What gets me is that the night before, I soaked the inside of the housing with Ariens Snow Jet spray, which I've used in the past on both machine and shovels, and it certainly helped snow not stick...but this time, not so much...


----------



## JLawrence08648 (Jan 15, 2017)

Many of us prefer the older machines, pre-1985. The top brands in my order - Yamaha if you can find them, Honda, Simplicity Pro line, then it's a throw up Toro, Ariens, Simplicity.


----------



## Sid (Jan 31, 2014)

Roll pins are a pain, I had one fail after about thirty or forty years 450 feet from my house. A neighbor helped me throw in my truck to get it back to my garage. I replaced it with a gr 5 bolt, and its been good since. It was on the drive axel, so not much danger of not failing. Some of the roll pins are just more quicker and cheaper to manufacture stuff.
Sid


----------



## RS182 (Jan 21, 2020)

So I guess my conundrum is this.. Spend the "wife-approved" money, but of course, not too much...lol Or find a bolt that will be stronger and not break. The roll pin installed now is pretty small though, but I may be able to find something that would fit, and being solid versus hollow roll pin, I can't imagine it would break.

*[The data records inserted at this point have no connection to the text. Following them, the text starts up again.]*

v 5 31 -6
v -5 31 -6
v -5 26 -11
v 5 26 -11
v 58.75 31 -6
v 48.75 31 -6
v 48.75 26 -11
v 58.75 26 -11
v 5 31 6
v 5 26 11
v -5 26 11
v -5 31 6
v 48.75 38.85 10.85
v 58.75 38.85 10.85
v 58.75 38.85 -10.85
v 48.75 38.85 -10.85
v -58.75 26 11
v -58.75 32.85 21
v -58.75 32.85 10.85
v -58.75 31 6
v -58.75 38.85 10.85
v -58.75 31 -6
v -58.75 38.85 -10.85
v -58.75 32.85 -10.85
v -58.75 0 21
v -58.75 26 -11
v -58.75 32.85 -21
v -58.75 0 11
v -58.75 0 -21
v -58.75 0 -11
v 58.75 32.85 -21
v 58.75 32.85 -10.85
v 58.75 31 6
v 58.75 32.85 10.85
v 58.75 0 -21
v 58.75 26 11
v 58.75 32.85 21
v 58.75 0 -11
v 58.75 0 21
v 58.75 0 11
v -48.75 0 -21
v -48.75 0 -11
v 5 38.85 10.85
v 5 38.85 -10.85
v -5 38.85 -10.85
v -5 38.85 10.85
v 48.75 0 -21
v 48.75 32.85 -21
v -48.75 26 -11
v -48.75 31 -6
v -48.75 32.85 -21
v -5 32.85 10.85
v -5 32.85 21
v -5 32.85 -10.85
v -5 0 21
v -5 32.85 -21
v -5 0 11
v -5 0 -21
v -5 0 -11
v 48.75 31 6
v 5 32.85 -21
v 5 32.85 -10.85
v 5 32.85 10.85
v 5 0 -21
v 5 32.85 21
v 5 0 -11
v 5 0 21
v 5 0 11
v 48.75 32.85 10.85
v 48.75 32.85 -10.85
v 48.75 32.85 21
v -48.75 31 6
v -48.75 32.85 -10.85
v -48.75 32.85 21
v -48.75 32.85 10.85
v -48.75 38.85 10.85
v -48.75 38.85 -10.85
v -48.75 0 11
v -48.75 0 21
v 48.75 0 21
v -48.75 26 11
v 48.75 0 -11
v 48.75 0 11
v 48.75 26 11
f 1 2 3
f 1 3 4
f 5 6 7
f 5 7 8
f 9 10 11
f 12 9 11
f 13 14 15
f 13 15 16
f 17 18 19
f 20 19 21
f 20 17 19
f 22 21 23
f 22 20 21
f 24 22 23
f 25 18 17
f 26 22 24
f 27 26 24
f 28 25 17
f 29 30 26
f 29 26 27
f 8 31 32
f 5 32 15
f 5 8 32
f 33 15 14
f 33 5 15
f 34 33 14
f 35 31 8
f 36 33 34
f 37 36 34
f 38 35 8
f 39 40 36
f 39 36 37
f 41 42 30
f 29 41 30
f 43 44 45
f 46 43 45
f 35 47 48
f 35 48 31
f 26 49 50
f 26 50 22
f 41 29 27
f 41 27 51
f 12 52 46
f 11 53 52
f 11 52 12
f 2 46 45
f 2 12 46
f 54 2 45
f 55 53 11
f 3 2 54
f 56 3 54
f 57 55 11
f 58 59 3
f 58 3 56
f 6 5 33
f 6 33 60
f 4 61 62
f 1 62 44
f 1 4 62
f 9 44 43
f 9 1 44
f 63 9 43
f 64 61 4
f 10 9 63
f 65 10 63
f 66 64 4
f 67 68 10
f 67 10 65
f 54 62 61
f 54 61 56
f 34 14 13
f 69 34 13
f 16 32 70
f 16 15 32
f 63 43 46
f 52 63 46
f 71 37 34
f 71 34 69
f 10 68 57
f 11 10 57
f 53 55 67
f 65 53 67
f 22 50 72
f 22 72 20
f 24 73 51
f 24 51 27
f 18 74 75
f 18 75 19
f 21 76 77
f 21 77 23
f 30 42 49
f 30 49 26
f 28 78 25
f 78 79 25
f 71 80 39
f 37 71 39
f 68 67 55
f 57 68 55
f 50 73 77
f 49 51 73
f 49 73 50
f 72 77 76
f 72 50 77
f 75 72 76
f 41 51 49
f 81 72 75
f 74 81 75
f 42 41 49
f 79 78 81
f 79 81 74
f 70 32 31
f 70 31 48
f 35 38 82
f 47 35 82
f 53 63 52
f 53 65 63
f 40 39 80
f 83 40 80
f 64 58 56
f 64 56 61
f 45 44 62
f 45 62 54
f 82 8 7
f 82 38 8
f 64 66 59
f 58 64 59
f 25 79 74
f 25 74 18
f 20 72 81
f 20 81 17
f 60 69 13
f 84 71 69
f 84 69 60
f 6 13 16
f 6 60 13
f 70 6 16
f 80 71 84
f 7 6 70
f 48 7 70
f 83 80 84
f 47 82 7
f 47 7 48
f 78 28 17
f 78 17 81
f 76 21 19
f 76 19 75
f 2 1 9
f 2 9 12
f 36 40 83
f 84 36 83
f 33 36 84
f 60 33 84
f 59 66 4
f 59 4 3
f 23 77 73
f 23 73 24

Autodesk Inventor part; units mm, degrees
ref_plane "YZ Plane" through (0, 0, 0) normal (1, 0, 0) x (0, 1, 0)
ref_plane "XY Plane" through (0, 0, 0) normal (0, 0, 1) x (1, 0, 0)
sketch "スケッチ1" plane through (0, 0, 0) normal (0, 1, 0) x (-1, 0, 0)
  line L0 (-58.75, -21) -> (-58.75, 21)
  line L1 (58.75, 21) -> (58.75, -21)
  line L2 (0, -29.4) -> (0, 29.4) projected
  line L3 (-82.25, 0) -> (82.25, 0) projected
  line L4 (58.75, -21) -> (48.75, -21)
  line L5 (48.75, -21) -> (48.75, -11)
  line L6 (48.75, -11) -> (58.75, -11)
  line L7 (58.75, -11) -> (58.75, -21)
  line L8 (5, -21) -> (-5, -21)
  line L9 (-5, -21) -> (-5, -11)
  line L10 (-5, -11) -> (5, -11)
  line L11 (5, -11) -> (5, -21)
  line L12 (-48.75, -21) -> (-58.75, -21)
  line L13 (-58.75, -21) -> (-58.75, -11)
  line L14 (-58.75, -11) -> (-48.75, -11)
  line L15 (-48.75, -11) -> (-48.75, -21)
  line L16 (-58.75, 11) -> (-48.75, 11)
  line L17 (-48.75, 11) -> (-48.75, 21)
  line L18 (-48.75, 21) -> (-58.75, 21)
  line L19 (-58.75, 21) -> (-58.75, 11)
  line L20 (5, 21) -> (-5, 21)
  line L21 (-5, 21) -> (-5, 11)
  line L22 (-5, 11) -> (5, 11)
  line L23 (5, 11) -> (5, 21)
  line L24 (58.75, 11) -> (48.75, 11)
  line L25 (48.75, 11) -> (48.75, 21)
  line L26 (48.75, 21) -> (58.75, 21)
  line L27 (58.75, 21) -> (58.75, 11)
  line L28 (5, -11) -> (5, 11)
  line L29 (48.75, 11) -> (48.75, -11)
  line L30 (-48.75, -11) -> (-48.75, 11)
  line L31 (-5, 11) -> (-5, -11)
  line L32 (55.75, 11) -> (55.75, -11)
  line L33 (-55.75, -11) -> (-55.75, 11)
  line L34 (2, 11) -> (2, -11)
  line L35 (-2, -11) -> (-2, 11)
  line L36 (51.75, -11) -> (51.75, 11)
  line L37 (-51.75, -11) -> (-51.75, 11)
  line L38 (-58.75, 21) -> (-48.75, 21)
  line L39 (-5, 21) -> (5, 21)
  line L40 (48.75, 21) -> (58.75, 21)
  line L41 (58.75, -21) -> (48.75, -21)
  line L42 (5, -21) -> (-5, -21)
  line L43 (-48.75, -21) -> (-58.75, -21)
  point P0 (0, 0)
  dimension "d0" = 117.5
  dimension "d2" = 10
  dimension "d10" = 3
  dimension "d13" = 3
  dimension "d92" = 3
  dimension "d119" = 22
  dimension "d120" = 10
extrude "押し出し1" add sketch "スケッチ1" along normal blind 33 contours L0 L14 L15 L12 | L0 L18 L17 L16 | L1 L24 L25 L26 | L1 L4 L5 L6 | L8 L9 L10 L2 | L2 L10 L11 L8 | L22 L21 L20 L2 | L2 L20 L23 L22
extrude "押し出し4" [suppressed]
ref_plane "作業平面2" through (0, 39, 0) normal (0, 1, 0) x (-1, 0, 0)
sketch "スケッチ2" plane through (0, 39, 0) normal (0, 1, 0) x (-1, 0, 0)
  line L0 (58.75, 21) -> (58.75, -21) projected
  line L1 (55.75, 11) -> (55.75, -11) projected
  line L2 (51.75, -11) -> (51.75, 11) projected
  line L3 (48.75, 11) -> (48.75, -11) projected
  line L4 (58.75, 11) -> (48.75, 11) projected
  line L5 (48.75, -11) -> (58.75, -11) projected
  line L6 (58.75, -21) -> (48.75, -21) projected
  line L7 (48.75, -21) -> (48.75, -11) projected
  line L8 (48.75, 11) -> (48.75, 21) projected
  line L9 (5, 11) -> (5, 21) projected
  line L10 (-5, 11) -> (5, 11) projected
  line L11 (-5, 21) -> (-5, 11) projected
  line L12 (5, -11) -> (5, -21) projected
  line L13 (-5, -11) -> (5, -11) projected
  line L14 (-5, -21) -> (-5, -11) projected
  line L15 (5, -21) -> (-5, -21) projected
  line L16 (-5, 11) -> (-5, -11) projected
  line L17 (-2, -11) -> (-2, 11) projected
  line L18 (2, 11) -> (2, -11) projected
  line L19 (5, -11) -> (5, 11) projected
  line L20 (-48.75, 11) -> (-48.75, 21) projected
  line L21 (-48.75, -11) -> (-48.75, 11) projected
  line L22 (-48.75, -11) -> (-48.75, -21) projected
  line L23 (-58.75, -21) -> (-58.75, 21) projected
  line L24 (-58.75, -11) -> (-48.75, -11) projected
  line L25 (-58.75, 11) -> (-48.75, 11) projected
  line L26 (-51.75, -11) -> (-51.75, 11) projected
  line L27 (-55.75, -11) -> (-55.75, 11) projected
extrude "押し出し6" add sketch "スケッチ2" against normal blind 8 contours L0 L5 L1 L4 | L1 L5 L2 L4 | L2 L5 L3 L4 | L10 L17 L13 L16 | L10 L18 L13 L17 | L10 L19 L13 L18 | L24 L26 L25 L21 | L24 L27 L25 L26 | L24 L23 L25 L27
extrude "押し出し7" [suppressed]
thicken "厚み1" operation cut thickness 0.15 both sides no extend neighbours no toward (0, -1, 0) faces at (55.4167, 33, -14.3333) (55.4167, 33, 17.6667) (52.0833, 37, 11) (55.4167, 37, -11) (55.4167, 39, 3.6667)
thicken "厚み2" operation cut thickness 0.15 both sides no extend neighbours no toward (0, -1, 0) faces at (1.6667, 33, -14.3333) (1.6667, 33, 17.6667) (1.6667, 39, 3.6667) (1.6667, 37, -11) (-1.6667, 37, 11)
thicken "厚み3" operation cut thickness 0.15 both sides no extend neighbours no toward (0, -1, 0) faces at (-52.0833, 33, -14.3333) (-52.0833, 33, 17.6667) (-55.4167, 37, 11) (-55.4167, 39, -3.6667) (-52.0833, 37, -11)
sketch "SupportBase" plane through (0, 0, 0) normal (0, -1, 0) x (1, 0, 0)
  line L0 (-48.75, 11) -> (-48.75, -11)
  line L1 (-48.75, -11) -> (-5, -11)
  line L2 (-48.75, 11) -> (-5, 11)
  line L3 (-5, 11) -> (-5, -11)
  line L4 (5, 11) -> (5, -11)
  line L5 (5, -11) -> (48.75, -11)
  line L6 (48.75, -11) -> (48.75, 11)
  line L7 (5, 11) -> (48.75, 11)
sketch "SupportTarget" plane through (0, 31, 0) normal (0, -1, 0) x (1, 0, 0)
  line L0 (48.75, 11) -> (58.75, 11) projected
  line L1 (48.75, 11) -> (48.75, -11) projected
  line L2 (58.75, -11) -> (48.75, -11) projected
  line L3 (58.75, -11) -> (58.75, 11) projected
  line L4 (-5, 11) -> (5, 11) projected
  line L5 (-5, 11) -> (-5, -11) projected
  line L6 (5, -11) -> (-5, -11) projected
  line L7 (5, -11) -> (5, 11) projected
  line L8 (-58.75, 11) -> (-58.75, -11) projected
  line L9 (-48.75, -11) -> (-58.75, -11) projected
  line L10 (-48.75, -11) -> (-48.75, 11) projected
  line L11 (-58.75, 11) -> (-48.75, 11) projected
chamfer "面取り6" distance 5 angle 45 6 edges at (-53.75, 31, -11) (0, 31, -11) (53.75, 31, -11) (-53.75, 31, 11) (0, 31, 11) (53.75, 31, 11)
equation "\"d2\" = VPW"
equation "\"d10\" = ID"
equation "\"d13\" = ID"
equation "\"d4\" = UnitHeight"
equation "\"d14\" = 2 * ID"
equation "\"d25\" = VBW"
equation "\"d27\" = 2 * ID"
equation "\"d36\" = OF"
equation "\"d3\" = VPW"
equation "\"UnitHeight\" = 0.5 * ViaductHeight"
equation "\"ID\" = 3"
equation "\"VPW\" = 10"
equation "\"d11\" = ID"
equation "\"VBW\" = 8"
equation "\"OF\" = 0.15"
equation "\"d37\" = UnitHeight + 2 * ID"
equation "\"ViaductHeight\" = 66"
properties part number "ViaductPillarsUnit"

Of course, the downside is if something were to get very jammed, the machine could then take on more serious damage...

If I go with new, I am liking the Simplicity Pro 24"...the wife will not like that price though. I may have some bargaining to do...lol


----------



## RS182 (Jan 21, 2020)

So, that was quick fail..lol

Wife does NOT approve the Pro-line Simplicity models. She Googled and saw the list price, and even though I told her list price is generally higher than actual retail, she still said I'm crazy to spend that much.

So down to 2 questions...and fairly certain I won't bother everyone much more..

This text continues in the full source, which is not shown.